[Collected data entries]
════════
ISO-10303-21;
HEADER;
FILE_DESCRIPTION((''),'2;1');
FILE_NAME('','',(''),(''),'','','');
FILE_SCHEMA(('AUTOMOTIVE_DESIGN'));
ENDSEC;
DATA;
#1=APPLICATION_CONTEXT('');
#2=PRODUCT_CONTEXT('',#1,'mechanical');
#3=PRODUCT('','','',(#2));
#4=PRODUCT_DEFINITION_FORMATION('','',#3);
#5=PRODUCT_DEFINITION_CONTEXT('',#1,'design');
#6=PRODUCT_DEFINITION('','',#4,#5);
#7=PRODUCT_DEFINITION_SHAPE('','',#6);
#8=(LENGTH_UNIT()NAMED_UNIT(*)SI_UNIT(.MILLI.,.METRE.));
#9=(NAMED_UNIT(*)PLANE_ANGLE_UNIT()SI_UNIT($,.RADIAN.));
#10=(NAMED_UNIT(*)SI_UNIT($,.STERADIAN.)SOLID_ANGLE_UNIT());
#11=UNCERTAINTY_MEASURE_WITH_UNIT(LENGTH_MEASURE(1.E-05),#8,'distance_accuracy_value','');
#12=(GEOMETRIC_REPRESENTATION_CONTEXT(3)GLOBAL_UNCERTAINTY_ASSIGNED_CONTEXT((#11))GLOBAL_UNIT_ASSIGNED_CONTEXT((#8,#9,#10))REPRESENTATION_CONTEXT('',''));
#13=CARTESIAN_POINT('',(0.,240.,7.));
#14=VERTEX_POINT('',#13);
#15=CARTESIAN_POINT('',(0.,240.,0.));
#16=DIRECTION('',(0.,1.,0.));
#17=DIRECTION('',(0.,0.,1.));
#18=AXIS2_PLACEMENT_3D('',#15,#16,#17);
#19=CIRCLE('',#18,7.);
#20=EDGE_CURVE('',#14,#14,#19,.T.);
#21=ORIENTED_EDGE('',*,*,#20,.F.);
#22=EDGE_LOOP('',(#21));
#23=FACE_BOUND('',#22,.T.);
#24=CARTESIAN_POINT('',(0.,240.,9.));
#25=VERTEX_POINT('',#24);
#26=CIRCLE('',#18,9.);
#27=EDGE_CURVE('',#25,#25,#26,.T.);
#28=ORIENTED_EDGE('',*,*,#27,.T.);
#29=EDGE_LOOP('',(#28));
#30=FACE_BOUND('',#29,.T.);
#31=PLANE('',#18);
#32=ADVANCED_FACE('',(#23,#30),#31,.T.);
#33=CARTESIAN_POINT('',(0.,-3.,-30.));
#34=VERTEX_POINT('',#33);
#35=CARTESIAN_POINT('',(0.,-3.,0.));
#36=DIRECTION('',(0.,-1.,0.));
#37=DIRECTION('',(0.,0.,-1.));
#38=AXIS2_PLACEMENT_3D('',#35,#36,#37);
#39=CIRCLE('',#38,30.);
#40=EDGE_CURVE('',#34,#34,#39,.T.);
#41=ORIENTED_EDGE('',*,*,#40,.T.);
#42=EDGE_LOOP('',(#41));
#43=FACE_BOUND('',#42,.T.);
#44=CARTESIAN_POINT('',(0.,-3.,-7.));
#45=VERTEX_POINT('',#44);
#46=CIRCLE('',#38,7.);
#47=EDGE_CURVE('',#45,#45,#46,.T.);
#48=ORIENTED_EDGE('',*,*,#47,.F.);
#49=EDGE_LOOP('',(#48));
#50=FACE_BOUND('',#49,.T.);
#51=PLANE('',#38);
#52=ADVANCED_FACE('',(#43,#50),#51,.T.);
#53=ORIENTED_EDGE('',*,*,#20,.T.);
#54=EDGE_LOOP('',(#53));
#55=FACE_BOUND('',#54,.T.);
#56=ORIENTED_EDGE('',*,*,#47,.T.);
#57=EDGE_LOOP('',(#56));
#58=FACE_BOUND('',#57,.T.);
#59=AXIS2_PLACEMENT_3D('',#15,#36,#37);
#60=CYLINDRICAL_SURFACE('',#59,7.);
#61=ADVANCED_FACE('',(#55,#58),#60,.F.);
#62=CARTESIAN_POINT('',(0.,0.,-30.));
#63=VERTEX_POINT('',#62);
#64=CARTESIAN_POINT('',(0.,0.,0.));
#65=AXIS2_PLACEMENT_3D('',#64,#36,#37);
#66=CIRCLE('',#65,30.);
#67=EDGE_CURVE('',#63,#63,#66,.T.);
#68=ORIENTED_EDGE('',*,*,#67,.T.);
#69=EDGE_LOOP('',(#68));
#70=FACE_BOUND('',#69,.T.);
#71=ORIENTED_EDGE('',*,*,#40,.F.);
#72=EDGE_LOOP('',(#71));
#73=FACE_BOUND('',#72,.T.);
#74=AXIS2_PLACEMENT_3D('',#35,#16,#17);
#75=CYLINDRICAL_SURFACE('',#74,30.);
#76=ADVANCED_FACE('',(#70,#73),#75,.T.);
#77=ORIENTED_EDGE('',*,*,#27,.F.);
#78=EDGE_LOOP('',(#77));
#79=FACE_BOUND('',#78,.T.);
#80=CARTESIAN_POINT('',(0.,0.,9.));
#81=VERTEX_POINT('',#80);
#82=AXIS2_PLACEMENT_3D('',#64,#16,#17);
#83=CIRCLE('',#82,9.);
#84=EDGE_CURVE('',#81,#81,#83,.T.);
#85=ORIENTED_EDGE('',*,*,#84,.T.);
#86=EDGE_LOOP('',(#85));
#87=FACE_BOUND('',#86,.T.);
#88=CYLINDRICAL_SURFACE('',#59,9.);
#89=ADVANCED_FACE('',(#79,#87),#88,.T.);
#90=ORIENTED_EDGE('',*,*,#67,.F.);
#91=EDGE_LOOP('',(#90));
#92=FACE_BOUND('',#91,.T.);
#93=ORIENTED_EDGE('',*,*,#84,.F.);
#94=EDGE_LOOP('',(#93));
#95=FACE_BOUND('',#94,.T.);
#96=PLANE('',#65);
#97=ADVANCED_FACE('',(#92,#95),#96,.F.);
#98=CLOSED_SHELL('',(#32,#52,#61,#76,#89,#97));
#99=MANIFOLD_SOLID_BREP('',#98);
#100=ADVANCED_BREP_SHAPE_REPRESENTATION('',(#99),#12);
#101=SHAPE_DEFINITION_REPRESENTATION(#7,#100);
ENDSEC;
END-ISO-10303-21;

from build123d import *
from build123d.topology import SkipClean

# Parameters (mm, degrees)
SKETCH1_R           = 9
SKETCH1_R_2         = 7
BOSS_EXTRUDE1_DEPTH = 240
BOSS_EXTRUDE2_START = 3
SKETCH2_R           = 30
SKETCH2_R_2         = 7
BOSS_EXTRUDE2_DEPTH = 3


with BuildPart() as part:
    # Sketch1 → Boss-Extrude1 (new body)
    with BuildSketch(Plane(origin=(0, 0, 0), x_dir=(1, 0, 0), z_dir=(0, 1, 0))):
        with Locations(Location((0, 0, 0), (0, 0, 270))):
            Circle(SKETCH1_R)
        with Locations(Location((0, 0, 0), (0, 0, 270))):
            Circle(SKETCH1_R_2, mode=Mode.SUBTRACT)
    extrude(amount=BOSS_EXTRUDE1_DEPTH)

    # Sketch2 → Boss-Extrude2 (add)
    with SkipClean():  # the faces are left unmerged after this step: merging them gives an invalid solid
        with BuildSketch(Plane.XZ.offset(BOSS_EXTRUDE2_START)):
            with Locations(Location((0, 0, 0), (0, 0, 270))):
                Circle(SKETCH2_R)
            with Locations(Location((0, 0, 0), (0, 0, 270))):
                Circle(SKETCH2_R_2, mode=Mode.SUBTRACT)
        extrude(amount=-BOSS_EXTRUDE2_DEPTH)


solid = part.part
════════
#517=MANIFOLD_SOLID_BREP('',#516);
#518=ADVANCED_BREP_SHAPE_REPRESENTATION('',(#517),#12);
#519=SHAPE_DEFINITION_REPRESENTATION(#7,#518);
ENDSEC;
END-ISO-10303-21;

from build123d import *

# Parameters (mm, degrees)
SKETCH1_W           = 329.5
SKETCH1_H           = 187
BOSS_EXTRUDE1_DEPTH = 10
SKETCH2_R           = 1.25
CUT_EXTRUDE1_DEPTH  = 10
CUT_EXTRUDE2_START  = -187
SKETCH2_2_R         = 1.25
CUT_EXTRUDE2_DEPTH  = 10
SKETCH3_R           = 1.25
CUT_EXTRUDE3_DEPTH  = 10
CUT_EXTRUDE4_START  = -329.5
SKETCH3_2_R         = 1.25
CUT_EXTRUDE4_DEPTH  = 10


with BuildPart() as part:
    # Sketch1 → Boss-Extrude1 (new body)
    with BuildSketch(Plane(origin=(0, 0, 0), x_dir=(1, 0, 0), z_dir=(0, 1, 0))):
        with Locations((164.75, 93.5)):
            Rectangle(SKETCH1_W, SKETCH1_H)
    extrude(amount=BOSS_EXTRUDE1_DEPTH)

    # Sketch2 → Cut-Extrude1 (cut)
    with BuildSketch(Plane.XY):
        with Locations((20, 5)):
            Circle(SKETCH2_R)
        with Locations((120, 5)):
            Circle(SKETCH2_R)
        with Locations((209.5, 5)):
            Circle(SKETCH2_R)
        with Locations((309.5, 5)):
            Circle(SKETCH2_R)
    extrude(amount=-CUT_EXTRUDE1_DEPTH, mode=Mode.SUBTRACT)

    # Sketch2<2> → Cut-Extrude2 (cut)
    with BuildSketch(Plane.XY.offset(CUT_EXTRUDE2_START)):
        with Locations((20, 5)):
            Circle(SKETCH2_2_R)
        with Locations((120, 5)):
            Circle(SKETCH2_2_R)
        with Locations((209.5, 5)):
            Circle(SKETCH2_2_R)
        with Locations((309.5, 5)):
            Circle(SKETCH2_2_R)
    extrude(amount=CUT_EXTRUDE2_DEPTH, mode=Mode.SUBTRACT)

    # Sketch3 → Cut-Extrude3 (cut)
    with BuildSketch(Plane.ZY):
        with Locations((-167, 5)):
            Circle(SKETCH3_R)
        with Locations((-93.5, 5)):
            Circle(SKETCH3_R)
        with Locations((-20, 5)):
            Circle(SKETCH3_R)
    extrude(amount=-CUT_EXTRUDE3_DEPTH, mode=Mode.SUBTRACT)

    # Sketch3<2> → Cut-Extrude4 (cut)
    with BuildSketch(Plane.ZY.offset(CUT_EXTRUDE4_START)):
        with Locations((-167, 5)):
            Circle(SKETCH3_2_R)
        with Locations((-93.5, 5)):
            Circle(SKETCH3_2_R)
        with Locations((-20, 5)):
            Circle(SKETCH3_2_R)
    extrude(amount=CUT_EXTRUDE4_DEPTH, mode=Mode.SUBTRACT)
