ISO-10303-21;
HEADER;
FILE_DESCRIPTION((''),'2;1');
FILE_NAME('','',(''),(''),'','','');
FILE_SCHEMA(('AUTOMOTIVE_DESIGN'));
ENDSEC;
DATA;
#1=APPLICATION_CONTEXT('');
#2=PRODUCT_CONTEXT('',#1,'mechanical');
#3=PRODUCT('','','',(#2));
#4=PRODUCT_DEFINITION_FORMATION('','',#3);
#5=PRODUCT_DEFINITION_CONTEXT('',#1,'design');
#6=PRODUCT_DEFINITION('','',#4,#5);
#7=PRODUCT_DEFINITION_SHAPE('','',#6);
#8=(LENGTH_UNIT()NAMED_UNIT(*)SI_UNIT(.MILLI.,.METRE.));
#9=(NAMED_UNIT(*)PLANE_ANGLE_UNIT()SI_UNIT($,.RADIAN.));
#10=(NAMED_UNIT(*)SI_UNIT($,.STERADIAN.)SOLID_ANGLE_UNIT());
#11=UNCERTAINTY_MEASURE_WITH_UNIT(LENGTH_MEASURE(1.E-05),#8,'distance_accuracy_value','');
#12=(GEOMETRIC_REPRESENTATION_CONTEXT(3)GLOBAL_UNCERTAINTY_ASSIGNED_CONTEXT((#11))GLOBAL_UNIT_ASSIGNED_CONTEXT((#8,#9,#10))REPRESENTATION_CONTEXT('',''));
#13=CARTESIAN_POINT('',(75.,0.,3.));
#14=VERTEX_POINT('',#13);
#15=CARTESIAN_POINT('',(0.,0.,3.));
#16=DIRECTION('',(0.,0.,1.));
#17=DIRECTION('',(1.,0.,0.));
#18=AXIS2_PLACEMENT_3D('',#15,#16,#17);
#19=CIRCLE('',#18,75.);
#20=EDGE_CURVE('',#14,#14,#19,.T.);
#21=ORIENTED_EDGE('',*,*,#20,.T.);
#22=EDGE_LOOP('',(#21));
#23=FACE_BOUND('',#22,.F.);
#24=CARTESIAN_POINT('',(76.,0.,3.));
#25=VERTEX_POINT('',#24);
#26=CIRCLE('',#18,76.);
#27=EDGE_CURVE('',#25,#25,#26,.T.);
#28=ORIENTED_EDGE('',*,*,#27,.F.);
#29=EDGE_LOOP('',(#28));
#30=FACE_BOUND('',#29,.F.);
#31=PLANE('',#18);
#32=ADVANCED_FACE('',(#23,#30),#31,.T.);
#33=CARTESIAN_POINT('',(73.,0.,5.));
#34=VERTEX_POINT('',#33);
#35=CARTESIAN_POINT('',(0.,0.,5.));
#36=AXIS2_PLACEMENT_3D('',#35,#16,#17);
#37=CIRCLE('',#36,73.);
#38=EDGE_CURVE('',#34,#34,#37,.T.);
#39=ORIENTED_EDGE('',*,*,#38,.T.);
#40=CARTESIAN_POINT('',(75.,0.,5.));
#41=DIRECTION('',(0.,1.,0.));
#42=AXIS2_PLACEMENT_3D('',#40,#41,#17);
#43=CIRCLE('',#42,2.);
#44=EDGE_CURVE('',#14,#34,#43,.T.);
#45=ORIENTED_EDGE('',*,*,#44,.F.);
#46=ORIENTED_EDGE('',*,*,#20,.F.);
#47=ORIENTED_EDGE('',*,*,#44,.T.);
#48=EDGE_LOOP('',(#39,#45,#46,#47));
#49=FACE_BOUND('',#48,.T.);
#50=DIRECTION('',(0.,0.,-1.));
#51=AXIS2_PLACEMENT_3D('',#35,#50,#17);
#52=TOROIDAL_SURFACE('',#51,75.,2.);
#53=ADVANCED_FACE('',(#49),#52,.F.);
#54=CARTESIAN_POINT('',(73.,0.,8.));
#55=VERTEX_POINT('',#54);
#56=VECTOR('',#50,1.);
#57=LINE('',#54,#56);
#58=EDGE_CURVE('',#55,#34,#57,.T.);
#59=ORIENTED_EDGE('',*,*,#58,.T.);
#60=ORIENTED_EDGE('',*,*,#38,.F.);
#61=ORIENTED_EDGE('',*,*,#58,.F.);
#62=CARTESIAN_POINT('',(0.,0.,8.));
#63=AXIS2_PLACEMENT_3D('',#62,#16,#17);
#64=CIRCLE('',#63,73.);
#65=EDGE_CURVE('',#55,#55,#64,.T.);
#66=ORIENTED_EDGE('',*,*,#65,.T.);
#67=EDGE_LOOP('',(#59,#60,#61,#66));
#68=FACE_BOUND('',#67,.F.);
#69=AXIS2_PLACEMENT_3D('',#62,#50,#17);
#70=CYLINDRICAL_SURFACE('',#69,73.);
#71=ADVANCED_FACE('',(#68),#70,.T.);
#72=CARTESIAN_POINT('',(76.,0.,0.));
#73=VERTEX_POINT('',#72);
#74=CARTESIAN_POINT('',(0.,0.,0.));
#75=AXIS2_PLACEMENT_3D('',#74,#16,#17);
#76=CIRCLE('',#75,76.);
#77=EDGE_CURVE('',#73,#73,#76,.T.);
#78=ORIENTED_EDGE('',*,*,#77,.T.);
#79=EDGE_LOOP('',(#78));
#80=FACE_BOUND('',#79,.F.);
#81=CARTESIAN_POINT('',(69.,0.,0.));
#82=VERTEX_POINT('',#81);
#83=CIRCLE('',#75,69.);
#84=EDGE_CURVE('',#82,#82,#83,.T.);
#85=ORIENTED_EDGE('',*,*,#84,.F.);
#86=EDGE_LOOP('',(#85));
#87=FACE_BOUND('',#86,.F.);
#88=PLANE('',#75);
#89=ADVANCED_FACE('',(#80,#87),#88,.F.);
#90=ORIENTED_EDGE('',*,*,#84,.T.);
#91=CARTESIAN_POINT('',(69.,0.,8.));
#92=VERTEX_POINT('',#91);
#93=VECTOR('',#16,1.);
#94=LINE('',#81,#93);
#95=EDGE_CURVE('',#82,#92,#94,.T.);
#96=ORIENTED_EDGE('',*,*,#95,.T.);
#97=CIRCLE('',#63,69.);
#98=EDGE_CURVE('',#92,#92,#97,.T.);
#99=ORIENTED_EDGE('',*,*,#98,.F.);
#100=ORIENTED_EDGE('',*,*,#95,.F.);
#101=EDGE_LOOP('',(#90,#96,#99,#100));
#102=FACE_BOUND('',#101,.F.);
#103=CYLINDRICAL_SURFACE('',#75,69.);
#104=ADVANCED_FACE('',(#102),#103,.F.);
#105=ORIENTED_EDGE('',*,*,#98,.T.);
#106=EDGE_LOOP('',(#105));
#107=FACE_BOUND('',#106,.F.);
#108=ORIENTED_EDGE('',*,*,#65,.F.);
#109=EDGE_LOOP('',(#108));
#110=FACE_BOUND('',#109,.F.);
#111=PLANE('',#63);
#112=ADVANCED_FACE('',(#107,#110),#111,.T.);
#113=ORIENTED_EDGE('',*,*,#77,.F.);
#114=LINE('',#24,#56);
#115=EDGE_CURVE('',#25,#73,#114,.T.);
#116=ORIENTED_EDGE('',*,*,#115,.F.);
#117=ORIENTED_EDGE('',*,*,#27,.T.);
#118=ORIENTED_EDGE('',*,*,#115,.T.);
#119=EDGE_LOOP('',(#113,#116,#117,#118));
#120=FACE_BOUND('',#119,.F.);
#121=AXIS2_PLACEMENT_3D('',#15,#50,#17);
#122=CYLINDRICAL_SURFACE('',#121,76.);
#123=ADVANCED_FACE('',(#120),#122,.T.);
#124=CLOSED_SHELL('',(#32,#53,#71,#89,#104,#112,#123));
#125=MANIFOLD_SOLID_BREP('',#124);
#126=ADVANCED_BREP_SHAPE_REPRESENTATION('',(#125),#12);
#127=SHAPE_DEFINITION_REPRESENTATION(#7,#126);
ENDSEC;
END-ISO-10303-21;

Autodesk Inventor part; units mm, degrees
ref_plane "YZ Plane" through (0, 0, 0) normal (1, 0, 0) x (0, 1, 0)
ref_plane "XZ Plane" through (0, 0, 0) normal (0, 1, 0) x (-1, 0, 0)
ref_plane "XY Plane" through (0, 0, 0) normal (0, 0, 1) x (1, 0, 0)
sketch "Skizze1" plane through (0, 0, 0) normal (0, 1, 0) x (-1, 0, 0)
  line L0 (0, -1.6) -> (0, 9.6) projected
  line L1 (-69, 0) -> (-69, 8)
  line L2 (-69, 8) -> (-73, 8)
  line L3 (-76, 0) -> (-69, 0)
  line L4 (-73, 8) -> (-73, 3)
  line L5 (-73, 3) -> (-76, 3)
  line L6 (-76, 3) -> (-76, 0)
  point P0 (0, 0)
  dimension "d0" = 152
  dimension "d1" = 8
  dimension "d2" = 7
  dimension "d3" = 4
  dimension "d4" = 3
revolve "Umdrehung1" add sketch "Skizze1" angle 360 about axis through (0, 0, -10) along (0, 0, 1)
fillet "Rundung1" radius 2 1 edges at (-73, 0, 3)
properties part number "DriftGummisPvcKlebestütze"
════════
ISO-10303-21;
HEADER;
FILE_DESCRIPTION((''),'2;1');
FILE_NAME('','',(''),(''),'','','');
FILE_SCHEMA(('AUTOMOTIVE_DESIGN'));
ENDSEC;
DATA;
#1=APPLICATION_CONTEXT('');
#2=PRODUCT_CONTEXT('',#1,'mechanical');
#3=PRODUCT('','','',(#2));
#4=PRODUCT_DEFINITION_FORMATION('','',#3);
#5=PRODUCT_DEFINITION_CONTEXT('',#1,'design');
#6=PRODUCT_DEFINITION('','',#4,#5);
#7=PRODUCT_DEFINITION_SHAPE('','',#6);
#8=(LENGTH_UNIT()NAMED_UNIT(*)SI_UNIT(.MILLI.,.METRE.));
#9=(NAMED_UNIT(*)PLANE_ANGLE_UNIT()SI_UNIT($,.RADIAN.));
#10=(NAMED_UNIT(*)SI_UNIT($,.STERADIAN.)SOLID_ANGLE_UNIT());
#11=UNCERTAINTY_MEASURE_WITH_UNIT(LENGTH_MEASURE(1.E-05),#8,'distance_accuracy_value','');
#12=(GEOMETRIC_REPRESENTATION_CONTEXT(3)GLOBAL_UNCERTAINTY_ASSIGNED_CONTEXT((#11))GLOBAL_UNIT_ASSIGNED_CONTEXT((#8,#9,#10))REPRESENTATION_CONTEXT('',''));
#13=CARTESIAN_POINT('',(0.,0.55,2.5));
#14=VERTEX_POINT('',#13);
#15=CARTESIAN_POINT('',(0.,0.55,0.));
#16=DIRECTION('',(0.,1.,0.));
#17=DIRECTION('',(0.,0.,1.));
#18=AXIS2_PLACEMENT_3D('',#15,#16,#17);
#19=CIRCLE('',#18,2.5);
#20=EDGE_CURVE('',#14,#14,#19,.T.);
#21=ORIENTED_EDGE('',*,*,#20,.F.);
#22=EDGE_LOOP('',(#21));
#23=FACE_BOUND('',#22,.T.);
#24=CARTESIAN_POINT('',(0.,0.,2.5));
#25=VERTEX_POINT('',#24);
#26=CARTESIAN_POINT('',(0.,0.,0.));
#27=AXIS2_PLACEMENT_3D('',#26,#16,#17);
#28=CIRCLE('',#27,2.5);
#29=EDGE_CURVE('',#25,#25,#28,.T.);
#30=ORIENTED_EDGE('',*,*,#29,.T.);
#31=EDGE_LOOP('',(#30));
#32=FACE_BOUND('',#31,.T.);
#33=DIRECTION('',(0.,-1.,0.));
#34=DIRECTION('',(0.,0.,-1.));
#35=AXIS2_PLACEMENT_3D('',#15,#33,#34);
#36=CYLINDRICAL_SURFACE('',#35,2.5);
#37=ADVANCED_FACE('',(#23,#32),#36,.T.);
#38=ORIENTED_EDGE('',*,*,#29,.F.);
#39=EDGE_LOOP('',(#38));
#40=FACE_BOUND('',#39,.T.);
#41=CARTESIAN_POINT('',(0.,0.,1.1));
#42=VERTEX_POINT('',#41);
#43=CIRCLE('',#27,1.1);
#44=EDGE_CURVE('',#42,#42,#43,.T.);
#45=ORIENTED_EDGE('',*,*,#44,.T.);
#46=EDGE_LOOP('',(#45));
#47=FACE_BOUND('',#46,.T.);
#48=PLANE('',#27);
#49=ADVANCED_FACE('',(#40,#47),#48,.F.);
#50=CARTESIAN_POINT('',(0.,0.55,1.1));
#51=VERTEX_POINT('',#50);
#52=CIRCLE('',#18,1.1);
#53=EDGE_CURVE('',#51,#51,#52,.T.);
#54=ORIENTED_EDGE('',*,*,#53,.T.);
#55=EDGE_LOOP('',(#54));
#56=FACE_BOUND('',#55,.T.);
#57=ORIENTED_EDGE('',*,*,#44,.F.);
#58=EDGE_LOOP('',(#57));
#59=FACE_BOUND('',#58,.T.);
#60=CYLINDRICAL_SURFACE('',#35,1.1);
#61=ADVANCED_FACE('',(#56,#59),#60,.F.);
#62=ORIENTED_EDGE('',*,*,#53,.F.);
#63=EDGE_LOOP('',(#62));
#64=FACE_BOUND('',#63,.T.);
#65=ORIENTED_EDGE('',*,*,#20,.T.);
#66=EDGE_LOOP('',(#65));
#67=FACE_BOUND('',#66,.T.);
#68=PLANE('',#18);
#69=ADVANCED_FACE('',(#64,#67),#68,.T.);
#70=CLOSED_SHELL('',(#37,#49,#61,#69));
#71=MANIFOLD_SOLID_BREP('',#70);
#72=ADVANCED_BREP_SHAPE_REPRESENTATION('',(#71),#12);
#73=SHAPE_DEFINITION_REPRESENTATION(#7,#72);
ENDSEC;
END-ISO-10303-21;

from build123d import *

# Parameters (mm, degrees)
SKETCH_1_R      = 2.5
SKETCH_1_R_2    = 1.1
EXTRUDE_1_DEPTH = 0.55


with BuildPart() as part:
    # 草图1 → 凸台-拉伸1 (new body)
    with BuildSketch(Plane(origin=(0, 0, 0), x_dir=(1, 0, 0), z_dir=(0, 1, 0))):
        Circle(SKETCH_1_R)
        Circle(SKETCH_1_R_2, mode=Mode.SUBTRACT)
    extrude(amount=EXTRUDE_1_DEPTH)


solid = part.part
════════
# [Task item]
Among the records above, only the lines between the line holding "# Sketch3<2> → Cut-Extrude4 (cut)" and the line holding "#28=ORIENTED_EDGE('',*,*,#27,.F.);", inclusive, are to be output, exactly as written.

# [Answer for the task]
    # Sketch3<2> → Cut-Extrude4 (cut)
    with BuildSketch(Plane.ZY.offset(CUT_EXTRUDE4_START)):
        with Locations((-167, 5)):
            Circle(SKETCH3_2_R)
        with Locations((-93.5, 5)):
            Circle(SKETCH3_2_R)
        with Locations((-20, 5)):
            Circle(SKETCH3_2_R)
    extrude(amount=CUT_EXTRUDE4_DEPTH, mode=Mode.SUBTRACT)
ISO-10303-21;
HEADER;
FILE_DESCRIPTION((''),'2;1');
FILE_NAME('','',(''),(''),'','','');
FILE_SCHEMA(('AUTOMOTIVE_DESIGN'));
ENDSEC;
DATA;
#1=APPLICATION_CONTEXT('');
#2=PRODUCT_CONTEXT('',#1,'mechanical');
#3=PRODUCT('','','',(#2));
#4=PRODUCT_DEFINITION_FORMATION('','',#3);
#5=PRODUCT_DEFINITION_CONTEXT('',#1,'design');
#6=PRODUCT_DEFINITION('','',#4,#5);
#7=PRODUCT_DEFINITION_SHAPE('','',#6);
#8=(LENGTH_UNIT()NAMED_UNIT(*)SI_UNIT(.MILLI.,.METRE.));
#9=(NAMED_UNIT(*)PLANE_ANGLE_UNIT()SI_UNIT($,.RADIAN.));
#10=(NAMED_UNIT(*)SI_UNIT($,.STERADIAN.)SOLID_ANGLE_UNIT());
#11=UNCERTAINTY_MEASURE_WITH_UNIT(LENGTH_MEASURE(1.E-05),#8,'distance_accuracy_value','');
#12=(GEOMETRIC_REPRESENTATION_CONTEXT(3)GLOBAL_UNCERTAINTY_ASSIGNED_CONTEXT((#11))GLOBAL_UNIT_ASSIGNED_CONTEXT((#8,#9,#10))REPRESENTATION_CONTEXT('',''));
#13=CARTESIAN_POINT('',(75.,0.,3.));
#14=VERTEX_POINT('',#13);
#15=CARTESIAN_POINT('',(0.,0.,3.));
#16=DIRECTION('',(0.,0.,1.));
#17=DIRECTION('',(1.,0.,0.));
#18=AXIS2_PLACEMENT_3D('',#15,#16,#17);
#19=CIRCLE('',#18,75.);
#20=EDGE_CURVE('',#14,#14,#19,.T.);
#21=ORIENTED_EDGE('',*,*,#20,.T.);
#22=EDGE_LOOP('',(#21));
#23=FACE_BOUND('',#22,.F.);
#24=CARTESIAN_POINT('',(76.,0.,3.));
#25=VERTEX_POINT('',#24);
#26=CIRCLE('',#18,76.);
#27=EDGE_CURVE('',#25,#25,#26,.T.);
#28=ORIENTED_EDGE('',*,*,#27,.F.);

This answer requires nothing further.